*Task goal*
Copy out, unchanged, every line from the start of the records to the line that contains "v -25.04 -10 -9.876", and stop there.

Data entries

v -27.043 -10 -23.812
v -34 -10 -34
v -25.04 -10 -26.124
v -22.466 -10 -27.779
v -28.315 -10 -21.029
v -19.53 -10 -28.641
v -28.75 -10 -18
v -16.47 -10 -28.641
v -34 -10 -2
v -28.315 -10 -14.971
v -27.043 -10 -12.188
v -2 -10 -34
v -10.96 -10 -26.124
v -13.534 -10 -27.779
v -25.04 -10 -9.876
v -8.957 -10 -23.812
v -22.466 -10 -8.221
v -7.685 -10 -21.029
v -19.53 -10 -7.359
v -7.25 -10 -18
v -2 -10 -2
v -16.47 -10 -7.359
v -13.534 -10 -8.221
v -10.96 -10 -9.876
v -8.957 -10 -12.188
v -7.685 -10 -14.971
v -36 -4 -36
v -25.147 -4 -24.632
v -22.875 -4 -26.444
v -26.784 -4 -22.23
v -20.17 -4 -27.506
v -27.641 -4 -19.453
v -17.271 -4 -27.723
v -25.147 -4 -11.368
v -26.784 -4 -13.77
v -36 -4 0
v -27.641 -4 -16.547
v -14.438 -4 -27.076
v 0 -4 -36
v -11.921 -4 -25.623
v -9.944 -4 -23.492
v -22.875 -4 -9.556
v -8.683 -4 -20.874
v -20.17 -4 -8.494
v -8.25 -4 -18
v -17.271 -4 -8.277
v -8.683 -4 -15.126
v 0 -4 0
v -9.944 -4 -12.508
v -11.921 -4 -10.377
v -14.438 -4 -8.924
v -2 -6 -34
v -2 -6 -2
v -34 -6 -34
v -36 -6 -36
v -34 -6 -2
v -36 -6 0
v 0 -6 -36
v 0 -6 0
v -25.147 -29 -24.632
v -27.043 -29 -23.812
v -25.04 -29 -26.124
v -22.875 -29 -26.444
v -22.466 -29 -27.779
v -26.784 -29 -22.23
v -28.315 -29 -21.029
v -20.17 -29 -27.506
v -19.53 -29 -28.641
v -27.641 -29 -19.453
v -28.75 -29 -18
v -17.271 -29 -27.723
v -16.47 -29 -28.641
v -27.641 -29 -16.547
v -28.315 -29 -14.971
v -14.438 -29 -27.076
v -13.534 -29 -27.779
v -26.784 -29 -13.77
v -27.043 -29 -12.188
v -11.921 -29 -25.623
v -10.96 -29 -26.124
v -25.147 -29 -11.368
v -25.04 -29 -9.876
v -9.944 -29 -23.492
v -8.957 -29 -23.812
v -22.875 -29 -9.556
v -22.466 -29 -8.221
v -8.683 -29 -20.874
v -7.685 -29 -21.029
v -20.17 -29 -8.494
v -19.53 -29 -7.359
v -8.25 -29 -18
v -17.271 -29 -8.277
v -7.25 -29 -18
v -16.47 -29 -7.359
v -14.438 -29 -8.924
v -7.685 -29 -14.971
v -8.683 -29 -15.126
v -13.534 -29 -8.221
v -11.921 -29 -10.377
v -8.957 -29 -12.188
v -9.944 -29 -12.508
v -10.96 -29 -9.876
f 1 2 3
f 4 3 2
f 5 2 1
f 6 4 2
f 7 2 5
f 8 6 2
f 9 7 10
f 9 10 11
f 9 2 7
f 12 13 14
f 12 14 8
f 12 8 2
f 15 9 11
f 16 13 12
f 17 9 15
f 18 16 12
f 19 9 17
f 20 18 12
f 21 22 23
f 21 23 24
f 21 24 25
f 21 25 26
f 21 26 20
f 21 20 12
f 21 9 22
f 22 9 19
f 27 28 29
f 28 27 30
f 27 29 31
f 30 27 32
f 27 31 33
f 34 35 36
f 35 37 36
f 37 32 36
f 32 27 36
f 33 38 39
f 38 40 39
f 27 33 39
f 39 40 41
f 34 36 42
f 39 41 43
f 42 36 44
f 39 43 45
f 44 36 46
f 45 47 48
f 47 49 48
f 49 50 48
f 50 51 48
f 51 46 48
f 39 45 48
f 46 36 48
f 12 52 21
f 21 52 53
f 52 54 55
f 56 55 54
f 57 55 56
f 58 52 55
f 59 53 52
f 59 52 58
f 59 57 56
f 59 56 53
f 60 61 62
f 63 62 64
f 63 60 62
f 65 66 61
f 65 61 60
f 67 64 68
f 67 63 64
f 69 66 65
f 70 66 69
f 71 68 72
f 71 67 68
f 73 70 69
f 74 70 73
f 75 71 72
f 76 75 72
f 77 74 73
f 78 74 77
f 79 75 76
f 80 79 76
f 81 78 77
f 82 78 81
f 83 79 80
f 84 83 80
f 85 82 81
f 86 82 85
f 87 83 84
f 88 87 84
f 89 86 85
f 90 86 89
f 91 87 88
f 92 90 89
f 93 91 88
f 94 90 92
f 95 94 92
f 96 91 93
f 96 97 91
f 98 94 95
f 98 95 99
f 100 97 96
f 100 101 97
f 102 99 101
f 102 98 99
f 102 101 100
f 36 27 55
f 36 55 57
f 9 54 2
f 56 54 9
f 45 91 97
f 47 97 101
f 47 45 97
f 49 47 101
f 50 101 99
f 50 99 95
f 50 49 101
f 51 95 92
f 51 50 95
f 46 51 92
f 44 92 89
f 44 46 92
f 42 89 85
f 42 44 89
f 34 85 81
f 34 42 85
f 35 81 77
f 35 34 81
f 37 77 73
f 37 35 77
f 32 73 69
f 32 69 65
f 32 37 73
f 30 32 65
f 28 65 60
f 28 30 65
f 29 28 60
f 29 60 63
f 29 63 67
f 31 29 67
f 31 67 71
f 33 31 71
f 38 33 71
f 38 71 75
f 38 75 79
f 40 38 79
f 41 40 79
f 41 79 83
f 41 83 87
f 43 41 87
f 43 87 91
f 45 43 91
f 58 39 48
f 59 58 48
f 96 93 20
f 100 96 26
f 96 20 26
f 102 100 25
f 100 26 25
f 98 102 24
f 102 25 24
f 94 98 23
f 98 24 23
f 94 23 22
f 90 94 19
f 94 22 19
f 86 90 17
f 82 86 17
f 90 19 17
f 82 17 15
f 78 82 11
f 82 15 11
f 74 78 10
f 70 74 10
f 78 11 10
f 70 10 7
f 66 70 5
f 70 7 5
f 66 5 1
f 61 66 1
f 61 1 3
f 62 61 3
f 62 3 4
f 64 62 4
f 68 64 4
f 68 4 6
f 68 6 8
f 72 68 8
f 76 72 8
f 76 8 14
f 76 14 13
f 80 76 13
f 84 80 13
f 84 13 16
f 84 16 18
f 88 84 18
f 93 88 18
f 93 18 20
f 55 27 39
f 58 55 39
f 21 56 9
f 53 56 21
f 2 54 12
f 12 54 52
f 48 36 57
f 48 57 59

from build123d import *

# Parameters (mm, degrees)
SKETCH016_W      = 32
SKETCH016_H      = 32
SKETCH016_R      = 9.75
EXTRUDE015_DEPTH = 6
SKETCH017_R      = 10.75
SKETCH017_R_2    = 9.75
EXTRUDE016_DEPTH = 25
SKETCH014_W      = 36
SKETCH014_H      = 36
SKETCH014_W_2    = 28
SKETCH014_H_2    = 28
EXTRUDE013_DEPTH = 2


with BuildPart() as extrude015:
    # Sketch016 → Extrude015 (new body)
    with BuildSketch(Plane.XZ):
        with Locations((-18, -18)):
            Rectangle(SKETCH016_W, SKETCH016_H)
        with Locations((-18, -18)):
            Circle(SKETCH016_R, mode=Mode.SUBTRACT)
    extrude(amount=EXTRUDE015_DEPTH)


with BuildPart() as extrude015_1:
    # Extrude015 placement: moved
    add(extrude015.part.moved(Location((0, -4, 0))))


with BuildPart() as extrude016:
    # Sketch017 → Extrude016 (new body)
    with BuildSketch(Plane.XZ):
        with Locations((-18, -18)):
            Circle(SKETCH017_R)
        with Locations((-18, -18)):
            Circle(SKETCH017_R_2, mode=Mode.SUBTRACT)
    extrude(amount=EXTRUDE016_DEPTH)


with BuildPart() as extrude016_1:
    # Extrude016 placement: moved
    add(extrude016.part.moved(Location((0, -4, 0))))


with BuildPart() as fusion002:
    # Sketch014 → Extrude013 (new body)
    with BuildSketch(Plane.XZ):
        with Locations((-18, -18)):
            Rectangle(SKETCH014_W, SKETCH014_H)
        with Locations((-18, -18)):
            Rectangle(SKETCH014_W_2, SKETCH014_H_2, mode=Mode.SUBTRACT)
    extrude(amount=EXTRUDE013_DEPTH)


with BuildPart() as fusion002_1:
    # Extrude013 placement: moved
    add(fusion002.part.moved(Location((0, -4, 0))))

    # Fusion002: union Extrude015, Extrude016
    add(extrude015_1.part)
    add(extrude016_1.part)


solid = fusion002_1.part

*Task solution*
v -27.043 -10 -23.812
v -34 -10 -34
v -25.04 -10 -26.124
v -22.466 -10 -27.779
v -28.315 -10 -21.029
v -19.53 -10 -28.641
v -28.75 -10 -18
v -16.47 -10 -28.641
v -34 -10 -2
v -28.315 -10 -14.971
v -27.043 -10 -12.188
v -2 -10 -34
v -10.96 -10 -26.124
v -13.534 -10 -27.779
v -25.04 -10 -9.876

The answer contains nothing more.